The mechanical damping matrix (in the bearings) is generated in the same way:
AMOR_ELE = CALC_MATR_ELEM (OPTION =” AMOR_MECA “,
MODELE = MODELE,
CHAM_MATER = CHMAT,
CARA_ELEM = CARELEM,
RIGI_MECA = RIGI_ELE,
MASS_MECA = MASS_ELE,
CHARGE = CONDLIM,);
AMOR = ASSE_MATRICE (MATR_ELEM = AMOR_ELE,
NUME_DDL = NUMEDDL,);
3.4.2. Gyroscopic matrices#
Gyrocopy is available in Code_Aster for solid elements, discrete elements, and right beam elements such as Euler and Timoshenko, possibly multi-fiber with warping.
For beam elements and discrete elements, the gyroscopic damping and stiffness matrices are calculated as follows:
GYRO_ELE = CALC_MATR_ELEM (OPTION =” MECA_GYRO “,
MODELE = MODELE,
CHAM_MATER = CHMAT,
CARA_ELEM = CARELEM,);
GYRO = ASSE_MATRICE (MATR_ELEM = GYRO_ELE,
NUME_DDL = NUMEDDL,);
RIGY_ELE = CALC_MATR_ELEM (OPTION =” RIGI_GYRO “,
MODELE = MODELE,
CHAM_MATER = CHMAT,
CARA_ELEM = CARELEM,);
RIGY = ASSE_MATRICE (MATR_ELEM = RIGY_ELE,
NUME_DDL = NUMEDDL,);
For solid elements, we must first define a loading unit rotation (rotation speed equal to 1 rpm) around the desired axis of rotation as follows:
CL_ROTA = AFFE_CHAR_MECA (MODELE = MODELE,
ROTATION =_F (VITESSE =1,
AXE =( nx, ny, nz),),);
With, for example, nx=0, ny=0 and nz=1 for a rotation around the Z axis. The user will ensure that the defined vector (nx, ny, nz) is set to 1.
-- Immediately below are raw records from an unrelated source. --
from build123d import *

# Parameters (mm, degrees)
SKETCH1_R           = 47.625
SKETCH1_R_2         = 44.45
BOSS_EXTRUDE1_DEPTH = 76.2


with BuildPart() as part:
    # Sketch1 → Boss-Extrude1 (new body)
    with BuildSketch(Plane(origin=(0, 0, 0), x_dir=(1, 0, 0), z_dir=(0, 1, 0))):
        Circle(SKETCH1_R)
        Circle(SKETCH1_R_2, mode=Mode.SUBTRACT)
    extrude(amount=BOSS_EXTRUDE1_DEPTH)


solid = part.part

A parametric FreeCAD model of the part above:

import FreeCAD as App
import Part
import Sketcher
Q = App.Units.Quantity

doc = App.newDocument("Part")
body = doc.addObject("PartDesign::Body", "Body")

sketch1 = body.newObject("Sketcher::SketchObject", "Sketch")
sketch1.AttachmentSupport = (doc.getObject("XZ_Plane"), [""])
sketch1.MapMode = "FlatFace"
sketch1.addGeometry([
    Part.Circle(App.Vector(0, 0, 0), App.Vector(0, 0, 1), 48),
    Part.Circle(App.Vector(0, 0, 0), App.Vector(0, 0, 1), 44),
], False)
sketch1.addConstraint([
    Sketcher.Constraint("Coincident", 0, 3, -1, 1),
    Sketcher.Constraint("Coincident", 1, 3, -1, 1),
    Sketcher.Constraint("Diameter", 1, Q("3.5 in")),
    Sketcher.Constraint("Diameter", 0, Q("3.75 in")),
])
pad1 = body.newObject("PartDesign::Pad", "Pad")
pad1.Profile = sketch1
pad1.Length = Q("3 in")
pad1.Reversed = True

doc.recompute()
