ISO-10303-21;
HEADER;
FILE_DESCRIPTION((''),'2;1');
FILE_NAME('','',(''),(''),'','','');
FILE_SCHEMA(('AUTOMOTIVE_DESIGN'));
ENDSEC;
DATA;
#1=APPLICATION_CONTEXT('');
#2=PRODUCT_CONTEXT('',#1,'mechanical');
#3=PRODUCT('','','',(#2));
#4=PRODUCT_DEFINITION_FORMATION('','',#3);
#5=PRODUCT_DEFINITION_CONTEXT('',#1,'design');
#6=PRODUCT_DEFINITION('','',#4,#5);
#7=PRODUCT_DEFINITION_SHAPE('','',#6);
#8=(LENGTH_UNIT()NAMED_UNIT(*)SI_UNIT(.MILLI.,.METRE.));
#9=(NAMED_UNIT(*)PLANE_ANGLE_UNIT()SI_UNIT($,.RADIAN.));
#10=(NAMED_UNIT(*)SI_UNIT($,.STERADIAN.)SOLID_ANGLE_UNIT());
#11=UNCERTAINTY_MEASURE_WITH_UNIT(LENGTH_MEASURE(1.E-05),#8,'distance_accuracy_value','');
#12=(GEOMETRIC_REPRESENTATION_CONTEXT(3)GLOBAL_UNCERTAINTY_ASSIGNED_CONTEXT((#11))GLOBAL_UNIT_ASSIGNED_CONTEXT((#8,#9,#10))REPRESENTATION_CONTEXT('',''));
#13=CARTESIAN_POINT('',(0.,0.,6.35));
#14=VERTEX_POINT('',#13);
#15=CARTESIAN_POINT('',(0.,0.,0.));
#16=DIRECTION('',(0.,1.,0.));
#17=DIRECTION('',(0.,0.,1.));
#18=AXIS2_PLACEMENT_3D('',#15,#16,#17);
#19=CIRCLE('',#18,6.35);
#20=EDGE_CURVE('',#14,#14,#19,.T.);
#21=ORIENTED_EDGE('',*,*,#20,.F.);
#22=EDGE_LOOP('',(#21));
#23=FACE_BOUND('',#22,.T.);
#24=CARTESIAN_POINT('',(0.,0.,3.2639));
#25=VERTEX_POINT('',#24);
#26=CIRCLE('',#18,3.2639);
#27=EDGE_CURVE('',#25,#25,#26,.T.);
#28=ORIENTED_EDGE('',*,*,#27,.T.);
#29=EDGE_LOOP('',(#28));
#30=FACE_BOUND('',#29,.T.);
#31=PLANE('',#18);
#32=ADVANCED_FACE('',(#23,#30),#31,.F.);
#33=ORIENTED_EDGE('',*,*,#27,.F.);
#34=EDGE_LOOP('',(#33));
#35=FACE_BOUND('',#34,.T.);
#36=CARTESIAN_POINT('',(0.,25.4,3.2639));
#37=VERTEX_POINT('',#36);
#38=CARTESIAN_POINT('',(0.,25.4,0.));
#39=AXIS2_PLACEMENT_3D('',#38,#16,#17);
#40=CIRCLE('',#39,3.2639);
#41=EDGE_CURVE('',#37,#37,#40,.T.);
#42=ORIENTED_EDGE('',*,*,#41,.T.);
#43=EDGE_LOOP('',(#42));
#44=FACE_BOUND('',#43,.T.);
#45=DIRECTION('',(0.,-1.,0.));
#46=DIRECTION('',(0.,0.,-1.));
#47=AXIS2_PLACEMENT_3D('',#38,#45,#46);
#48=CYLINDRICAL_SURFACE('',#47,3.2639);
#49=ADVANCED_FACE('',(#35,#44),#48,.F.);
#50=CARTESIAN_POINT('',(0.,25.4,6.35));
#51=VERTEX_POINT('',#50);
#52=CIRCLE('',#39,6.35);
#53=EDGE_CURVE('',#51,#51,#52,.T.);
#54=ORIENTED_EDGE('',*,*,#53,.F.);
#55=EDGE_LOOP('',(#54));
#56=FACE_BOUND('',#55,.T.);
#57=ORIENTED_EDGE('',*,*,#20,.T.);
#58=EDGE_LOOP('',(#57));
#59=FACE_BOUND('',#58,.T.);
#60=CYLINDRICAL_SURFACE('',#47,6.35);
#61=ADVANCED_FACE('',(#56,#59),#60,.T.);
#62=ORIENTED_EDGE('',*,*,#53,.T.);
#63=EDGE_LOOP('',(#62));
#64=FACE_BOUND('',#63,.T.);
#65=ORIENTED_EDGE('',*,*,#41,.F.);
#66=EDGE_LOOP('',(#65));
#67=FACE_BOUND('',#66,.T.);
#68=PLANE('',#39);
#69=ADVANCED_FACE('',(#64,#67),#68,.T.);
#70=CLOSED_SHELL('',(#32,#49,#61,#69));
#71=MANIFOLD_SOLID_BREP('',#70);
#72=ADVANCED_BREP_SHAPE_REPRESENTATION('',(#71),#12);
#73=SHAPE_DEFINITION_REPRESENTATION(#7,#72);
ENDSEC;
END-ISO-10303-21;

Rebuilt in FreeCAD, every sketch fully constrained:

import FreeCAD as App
import Part
import Sketcher
from FreeCAD import Vector
Q = App.Units.Quantity

doc = App.newDocument("Part")
body = doc.addObject("PartDesign::Body", "Body")

# Sketch on XZ plane
sketch1 = body.newObject("Sketcher::SketchObject", "Sketch")
sketch1.AttachmentSupport = (doc.getObject("XZ_Plane"), [""])
sketch1.MapMode = "FlatFace"
sketch1.addGeometry([
    Part.Circle(Vector(0, 0, 0), Vector(0, 0, 1), 6.3),
    Part.Circle(Vector(0, 0, 0), Vector(0, 0, 1), 3.3),
], False)
sketch1.addConstraint([
    Sketcher.Constraint("Coincident", 0, 3, -1, 1),
    Sketcher.Constraint("Coincident", 1, 3, -1, 1),
    Sketcher.Constraint("Diameter", 0, Q("0.5 in")),
    Sketcher.Constraint("Diameter", 1, Q("0.257 in")),
])
pad1 = body.newObject("PartDesign::Pad", "Pad")
pad1.Profile = sketch1
pad1.Length = Q("1 in")
pad1.Reversed = True

doc.recompute()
Next, the gyroscopic damping and stiffness matrices are calculated using load CL_ROTA as follows:
GYRO_ELE = CALC_MATR_ELEM (OPTION =” MECA_GYRO “,
MODELE = MODELE,
CHAM_MATER = CHMAT,
CHARGE = CL_ROTA,);
GYRO = ASSE_MATRICE (MATR_ELEM = GYRO_ELE,
NUME_DDL = NUMEDDL,);
RIGY_ELE = CALC_MATR_ELEM (OPTION =” RIGI_GYRO “,
MODELE = MODELE,
CHAM_MATER = CHMAT,
CHARGE = CL_ROTA,);
RIGY = ASSE_MATRICE (MATR_ELEM = RIGY_ELE,
NUME_DDL = NUMEDDL,);
The contributions of the gyroscopic damping and stiffness matrices must be multiplied by the angular speed and acceleration respectively, expressed in rad/s and rad/s/s, and are combined after assembly with the conventional damping and stiffness matrices by the operator COMB_MATR_ASSE by the following operator **** as follows:
NAME=1500. *pi/30.# To get the rotation speed in \(\mathit{rad}\mathrm{/}s\)
GYOM = COMB_MATR_ASSE (COMB_R =( _F (MATR_ASSE = GYRO, COEF_R =OM,),
_F (MATR_ASSE = AMOR, COEF_R =1.,),))
For more details on the use of damping and gyroscopic stiffness in*Code_Aster*, the reader can refer to the [U2.06.31] documentation.